■ **Task directions**
Only one stretch of the data below is wanted: the lines from the one with "e33 v24 v17 LINE" through the one with "e36 v24 v8 LINE", repeated exactly.

━━━ Provided data ━━━

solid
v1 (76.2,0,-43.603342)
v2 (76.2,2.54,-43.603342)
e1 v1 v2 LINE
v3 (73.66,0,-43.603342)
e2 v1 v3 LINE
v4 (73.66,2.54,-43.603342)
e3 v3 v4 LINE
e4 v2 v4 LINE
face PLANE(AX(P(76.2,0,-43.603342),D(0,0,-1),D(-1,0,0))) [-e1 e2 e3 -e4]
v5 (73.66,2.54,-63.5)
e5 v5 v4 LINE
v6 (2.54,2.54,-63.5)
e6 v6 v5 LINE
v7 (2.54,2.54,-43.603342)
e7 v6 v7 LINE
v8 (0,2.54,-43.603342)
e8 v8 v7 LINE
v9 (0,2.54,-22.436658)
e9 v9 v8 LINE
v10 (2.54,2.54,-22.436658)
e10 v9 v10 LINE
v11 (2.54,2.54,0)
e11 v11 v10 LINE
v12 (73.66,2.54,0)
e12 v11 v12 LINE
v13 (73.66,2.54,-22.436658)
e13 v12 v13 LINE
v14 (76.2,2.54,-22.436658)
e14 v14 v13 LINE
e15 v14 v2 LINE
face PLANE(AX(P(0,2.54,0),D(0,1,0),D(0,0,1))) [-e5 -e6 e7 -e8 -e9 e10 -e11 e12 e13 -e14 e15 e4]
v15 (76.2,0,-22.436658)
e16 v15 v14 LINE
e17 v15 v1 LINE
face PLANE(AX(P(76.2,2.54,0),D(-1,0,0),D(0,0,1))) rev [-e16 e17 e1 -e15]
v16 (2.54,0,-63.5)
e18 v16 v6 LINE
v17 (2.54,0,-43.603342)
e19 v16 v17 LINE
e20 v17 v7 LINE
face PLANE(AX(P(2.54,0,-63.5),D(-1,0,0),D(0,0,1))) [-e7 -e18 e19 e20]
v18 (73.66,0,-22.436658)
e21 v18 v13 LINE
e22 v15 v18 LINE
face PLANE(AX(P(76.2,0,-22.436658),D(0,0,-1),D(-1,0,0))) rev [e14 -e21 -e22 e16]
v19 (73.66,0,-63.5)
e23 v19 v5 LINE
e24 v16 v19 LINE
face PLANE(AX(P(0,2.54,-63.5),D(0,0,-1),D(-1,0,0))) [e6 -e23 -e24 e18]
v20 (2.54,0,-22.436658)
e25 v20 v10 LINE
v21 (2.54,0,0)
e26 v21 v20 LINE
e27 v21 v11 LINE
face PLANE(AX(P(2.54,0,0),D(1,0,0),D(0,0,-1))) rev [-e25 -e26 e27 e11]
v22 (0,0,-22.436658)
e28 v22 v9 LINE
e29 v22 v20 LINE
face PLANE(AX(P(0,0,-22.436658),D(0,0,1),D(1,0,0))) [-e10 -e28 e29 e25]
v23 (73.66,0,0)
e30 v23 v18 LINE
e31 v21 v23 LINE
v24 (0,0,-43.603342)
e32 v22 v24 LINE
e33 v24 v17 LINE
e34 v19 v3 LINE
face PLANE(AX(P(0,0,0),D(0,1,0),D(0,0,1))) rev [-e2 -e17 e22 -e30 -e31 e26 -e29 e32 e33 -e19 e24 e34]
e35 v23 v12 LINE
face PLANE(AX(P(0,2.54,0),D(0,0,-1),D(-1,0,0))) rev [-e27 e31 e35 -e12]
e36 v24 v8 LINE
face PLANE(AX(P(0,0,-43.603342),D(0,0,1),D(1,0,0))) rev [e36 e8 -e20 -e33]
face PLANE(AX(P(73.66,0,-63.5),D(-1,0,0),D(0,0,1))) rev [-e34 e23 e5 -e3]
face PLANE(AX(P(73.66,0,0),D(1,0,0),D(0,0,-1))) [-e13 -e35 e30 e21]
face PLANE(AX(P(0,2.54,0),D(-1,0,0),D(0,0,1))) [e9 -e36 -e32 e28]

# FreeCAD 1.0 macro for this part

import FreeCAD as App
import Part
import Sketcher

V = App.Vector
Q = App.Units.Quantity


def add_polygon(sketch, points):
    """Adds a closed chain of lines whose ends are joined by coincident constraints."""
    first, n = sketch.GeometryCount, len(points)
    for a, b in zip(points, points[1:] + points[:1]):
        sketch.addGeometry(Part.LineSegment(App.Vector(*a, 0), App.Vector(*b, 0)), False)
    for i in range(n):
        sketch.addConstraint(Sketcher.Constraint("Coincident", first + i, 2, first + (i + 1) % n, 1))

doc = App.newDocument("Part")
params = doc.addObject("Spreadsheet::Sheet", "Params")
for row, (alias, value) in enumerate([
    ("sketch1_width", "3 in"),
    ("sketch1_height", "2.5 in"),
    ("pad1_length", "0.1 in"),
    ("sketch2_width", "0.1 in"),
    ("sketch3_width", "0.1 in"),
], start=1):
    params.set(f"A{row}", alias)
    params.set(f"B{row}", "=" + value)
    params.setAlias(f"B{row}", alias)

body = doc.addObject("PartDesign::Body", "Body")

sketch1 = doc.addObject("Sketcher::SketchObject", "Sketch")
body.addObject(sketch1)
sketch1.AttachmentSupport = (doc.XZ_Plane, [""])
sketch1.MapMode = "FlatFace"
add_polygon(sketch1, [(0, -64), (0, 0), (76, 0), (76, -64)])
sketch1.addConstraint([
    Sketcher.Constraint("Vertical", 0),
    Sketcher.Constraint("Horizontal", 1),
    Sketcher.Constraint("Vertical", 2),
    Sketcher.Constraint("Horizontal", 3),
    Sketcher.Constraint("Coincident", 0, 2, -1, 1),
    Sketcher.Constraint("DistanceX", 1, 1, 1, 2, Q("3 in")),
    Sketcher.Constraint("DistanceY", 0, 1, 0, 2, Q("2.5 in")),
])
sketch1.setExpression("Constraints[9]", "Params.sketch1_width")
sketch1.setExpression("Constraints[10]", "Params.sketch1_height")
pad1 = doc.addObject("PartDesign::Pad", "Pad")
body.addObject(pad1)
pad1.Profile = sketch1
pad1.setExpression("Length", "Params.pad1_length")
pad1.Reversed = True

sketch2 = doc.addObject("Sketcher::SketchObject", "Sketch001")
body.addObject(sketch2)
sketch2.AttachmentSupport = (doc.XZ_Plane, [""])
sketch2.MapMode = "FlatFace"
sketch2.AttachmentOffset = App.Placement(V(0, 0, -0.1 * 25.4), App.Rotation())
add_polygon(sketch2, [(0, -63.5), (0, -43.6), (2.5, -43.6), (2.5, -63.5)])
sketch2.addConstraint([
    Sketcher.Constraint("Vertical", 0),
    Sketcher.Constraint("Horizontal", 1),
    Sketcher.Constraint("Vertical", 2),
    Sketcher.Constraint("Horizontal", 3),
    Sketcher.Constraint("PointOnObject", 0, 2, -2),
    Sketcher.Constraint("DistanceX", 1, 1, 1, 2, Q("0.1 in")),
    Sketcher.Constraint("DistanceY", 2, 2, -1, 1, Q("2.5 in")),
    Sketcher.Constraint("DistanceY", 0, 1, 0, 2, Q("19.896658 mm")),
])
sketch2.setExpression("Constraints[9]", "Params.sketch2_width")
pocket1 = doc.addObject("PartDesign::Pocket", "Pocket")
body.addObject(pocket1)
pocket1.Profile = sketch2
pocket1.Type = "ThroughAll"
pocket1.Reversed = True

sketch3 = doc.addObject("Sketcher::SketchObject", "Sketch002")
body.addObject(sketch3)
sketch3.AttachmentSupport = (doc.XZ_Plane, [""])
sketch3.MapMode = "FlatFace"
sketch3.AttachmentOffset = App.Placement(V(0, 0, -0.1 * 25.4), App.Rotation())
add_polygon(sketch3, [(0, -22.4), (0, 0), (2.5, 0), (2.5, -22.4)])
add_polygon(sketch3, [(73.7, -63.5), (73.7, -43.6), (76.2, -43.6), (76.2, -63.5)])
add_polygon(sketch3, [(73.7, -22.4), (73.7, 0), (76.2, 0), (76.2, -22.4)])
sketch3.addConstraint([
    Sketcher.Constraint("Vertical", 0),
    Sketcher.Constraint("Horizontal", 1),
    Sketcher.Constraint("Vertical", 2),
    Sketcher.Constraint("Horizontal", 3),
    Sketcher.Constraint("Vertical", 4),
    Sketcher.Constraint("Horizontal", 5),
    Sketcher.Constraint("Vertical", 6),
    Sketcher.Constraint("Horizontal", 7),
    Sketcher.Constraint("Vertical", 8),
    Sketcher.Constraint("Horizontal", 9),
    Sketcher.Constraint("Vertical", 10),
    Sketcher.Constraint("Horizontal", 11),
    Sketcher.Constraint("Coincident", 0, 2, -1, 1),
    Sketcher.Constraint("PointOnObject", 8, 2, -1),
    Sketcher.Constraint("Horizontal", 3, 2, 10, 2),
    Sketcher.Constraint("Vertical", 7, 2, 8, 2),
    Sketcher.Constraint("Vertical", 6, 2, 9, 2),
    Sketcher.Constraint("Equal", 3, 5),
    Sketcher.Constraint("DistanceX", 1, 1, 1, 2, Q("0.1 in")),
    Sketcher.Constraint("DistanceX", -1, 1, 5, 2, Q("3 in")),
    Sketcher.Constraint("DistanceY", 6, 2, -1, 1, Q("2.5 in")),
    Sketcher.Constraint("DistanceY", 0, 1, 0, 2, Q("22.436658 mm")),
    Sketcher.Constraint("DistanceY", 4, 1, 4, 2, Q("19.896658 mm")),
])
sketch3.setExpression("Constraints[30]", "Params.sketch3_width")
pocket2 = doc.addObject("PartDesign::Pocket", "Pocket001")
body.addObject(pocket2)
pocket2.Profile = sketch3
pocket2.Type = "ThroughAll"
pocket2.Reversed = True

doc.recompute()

━━━

■ **Your solution**
e33 v24 v17 LINE
e34 v19 v3 LINE
face PLANE(AX(P(0,0,0),D(0,1,0),D(0,0,1))) rev [-e2 -e17 e22 -e30 -e31 e26 -e29 e32 e33 -e19 e24 e34]
e35 v23 v12 LINE
face PLANE(AX(P(0,2.54,0),D(0,0,-1),D(-1,0,0))) rev [-e27 e31 e35 -e12]
e36 v24 v8 LINE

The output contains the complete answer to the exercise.